WORK TO COMPLETE: What follows is a block of records; restate each one word for word.
DATASET section start
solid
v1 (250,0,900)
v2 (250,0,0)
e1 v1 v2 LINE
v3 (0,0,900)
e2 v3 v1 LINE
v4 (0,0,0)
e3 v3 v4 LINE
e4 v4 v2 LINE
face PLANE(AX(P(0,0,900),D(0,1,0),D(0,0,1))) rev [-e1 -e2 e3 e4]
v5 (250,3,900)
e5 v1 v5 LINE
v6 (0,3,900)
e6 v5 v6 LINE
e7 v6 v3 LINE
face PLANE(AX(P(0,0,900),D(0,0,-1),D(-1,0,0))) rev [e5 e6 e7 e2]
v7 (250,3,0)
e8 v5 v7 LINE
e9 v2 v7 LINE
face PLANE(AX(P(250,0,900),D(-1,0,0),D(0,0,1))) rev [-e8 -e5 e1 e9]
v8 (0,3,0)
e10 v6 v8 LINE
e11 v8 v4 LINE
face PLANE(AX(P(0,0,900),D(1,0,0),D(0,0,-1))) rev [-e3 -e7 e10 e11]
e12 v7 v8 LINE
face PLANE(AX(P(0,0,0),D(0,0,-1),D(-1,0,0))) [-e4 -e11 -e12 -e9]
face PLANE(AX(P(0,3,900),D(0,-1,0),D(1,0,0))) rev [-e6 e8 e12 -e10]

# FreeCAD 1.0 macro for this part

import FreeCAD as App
import Part
import Sketcher
from FreeCAD import Vector
Q = App.Units.Quantity

doc = App.newDocument("Part")
params = doc.addObject("Spreadsheet::Sheet", "Params")
for row, (alias, value) in enumerate([
    ("sketch1_width", "250 mm"),
    ("sketch1_height", "3 mm"),
    ("pad1_length", "900 mm"),
], start=1):
    params.set(f"A{row}", alias)
    params.set(f"B{row}", "=" + value)
    params.setAlias(f"B{row}", alias)

body = doc.addObject("PartDesign::Body", "Body")

sketch1 = body.newObject("Sketcher::SketchObject", "Sketch")
sketch1.AttachmentSupport = (doc.getObject("XY_Plane"), [""])
sketch1.MapMode = "FlatFace"
sketch1.addGeometry(Part.LineSegment(Vector(0, 3, 0), Vector(0, 0, 0)), False)
sketch1.addGeometry(Part.LineSegment(Vector(0, 0, 0), Vector(250, 0, 0)), False)
sketch1.addGeometry(Part.LineSegment(Vector(250, 0, 0), Vector(250, 3, 0)), False)
sketch1.addGeometry(Part.LineSegment(Vector(250, 3, 0), Vector(0, 3, 0)), False)
sketch1.addConstraint(Sketcher.Constraint("Coincident", 0, 2, 1, 1))
sketch1.addConstraint(Sketcher.Constraint("Coincident", 1, 2, 2, 1))
sketch1.addConstraint(Sketcher.Constraint("Coincident", 2, 2, 3, 1))
sketch1.addConstraint(Sketcher.Constraint("Coincident", 3, 2, 0, 1))
sketch1.addConstraint(Sketcher.Constraint("Vertical", 0))
sketch1.addConstraint(Sketcher.Constraint("Horizontal", 1))
sketch1.addConstraint(Sketcher.Constraint("Vertical", 2))
sketch1.addConstraint(Sketcher.Constraint("Horizontal", 3))
sketch1.addConstraint(Sketcher.Constraint("Coincident", 0, 2, -1, 1))
sketch1.addConstraint(Sketcher.Constraint("DistanceX", 1, 1, 1, 2, Q("250 mm")))
sketch1.addConstraint(Sketcher.Constraint("DistanceY", 0, 2, 0, 1, Q("3 mm")))
sketch1.setExpression("Constraints[9]", "Params.sketch1_width")
sketch1.setExpression("Constraints[10]", "Params.sketch1_height")
pad1 = body.newObject("PartDesign::Pad", "Pad")
pad1.Profile = sketch1
pad1.setExpression("Length", "Params.pad1_length")

doc.recompute()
DATASET section end
EXERCISE RESULT:
solid
v1 (250,0,900)
v2 (250,0,0)
e1 v1 v2 LINE
v3 (0,0,900)
e2 v3 v1 LINE
v4 (0,0,0)
e3 v3 v4 LINE
e4 v4 v2 LINE
face PLANE(AX(P(0,0,900),D(0,1,0),D(0,0,1))) rev [-e1 -e2 e3 e4]
v5 (250,3,900)
e5 v1 v5 LINE
v6 (0,3,900)
e6 v5 v6 LINE
e7 v6 v3 LINE
face PLANE(AX(P(0,0,900),D(0,0,-1),D(-1,0,0))) rev [e5 e6 e7 e2]
v7 (250,3,0)
e8 v5 v7 LINE
e9 v2 v7 LINE
face PLANE(AX(P(250,0,900),D(-1,0,0),D(0,0,1))) rev [-e8 -e5 e1 e9]
v8 (0,3,0)
e10 v6 v8 LINE
e11 v8 v4 LINE
face PLANE(AX(P(0,0,900),D(1,0,0),D(0,0,-1))) rev [-e3 -e7 e10 e11]
e12 v7 v8 LINE
face PLANE(AX(P(0,0,0),D(0,0,-1),D(-1,0,0))) [-e4 -e11 -e12 -e9]
face PLANE(AX(P(0,3,900),D(0,-1,0),D(1,0,0))) rev [-e6 e8 e12 -e10]

# FreeCAD 1.0 macro for this part

import FreeCAD as App
import Part
import Sketcher
from FreeCAD import Vector
Q = App.Units.Quantity

doc = App.newDocument("Part")
params = doc.addObject("Spreadsheet::Sheet", "Params")
for row, (alias, value) in enumerate([
    ("sketch1_width", "250 mm"),
    ("sketch1_height", "3 mm"),
    ("pad1_length", "900 mm"),
], start=1):
    params.set(f"A{row}", alias)
    params.set(f"B{row}", "=" + value)
    params.setAlias(f"B{row}", alias)

body = doc.addObject("PartDesign::Body", "Body")

sketch1 = body.newObject("Sketcher::SketchObject", "Sketch")
sketch1.AttachmentSupport = (doc.getObject("XY_Plane"), [""])
sketch1.MapMode = "FlatFace"
sketch1.addGeometry(Part.LineSegment(Vector(0, 3, 0), Vector(0, 0, 0)), False)
sketch1.addGeometry(Part.LineSegment(Vector(0, 0, 0), Vector(250, 0, 0)), False)
sketch1.addGeometry(Part.LineSegment(Vector(250, 0, 0), Vector(250, 3, 0)), False)
sketch1.addGeometry(Part.LineSegment(Vector(250, 3, 0), Vector(0, 3, 0)), False)
sketch1.addConstraint(Sketcher.Constraint("Coincident", 0, 2, 1, 1))
sketch1.addConstraint(Sketcher.Constraint("Coincident", 1, 2, 2, 1))
sketch1.addConstraint(Sketcher.Constraint("Coincident", 2, 2, 3, 1))
sketch1.addConstraint(Sketcher.Constraint("Coincident", 3, 2, 0, 1))
sketch1.addConstraint(Sketcher.Constraint("Vertical", 0))
sketch1.addConstraint(Sketcher.Constraint("Horizontal", 1))
sketch1.addConstraint(Sketcher.Constraint("Vertical", 2))
sketch1.addConstraint(Sketcher.Constraint("Horizontal", 3))
sketch1.addConstraint(Sketcher.Constraint("Coincident", 0, 2, -1, 1))
sketch1.addConstraint(Sketcher.Constraint("DistanceX", 1, 1, 1, 2, Q("250 mm")))
sketch1.addConstraint(Sketcher.Constraint("DistanceY", 0, 2, 0, 1, Q("3 mm")))
sketch1.setExpression("Constraints[9]", "Params.sketch1_width")
sketch1.setExpression("Constraints[10]", "Params.sketch1_height")
pad1 = body.newObject("PartDesign::Pad", "Pad")
pad1.Profile = sketch1
pad1.setExpression("Length", "Params.pad1_length")

doc.recompute()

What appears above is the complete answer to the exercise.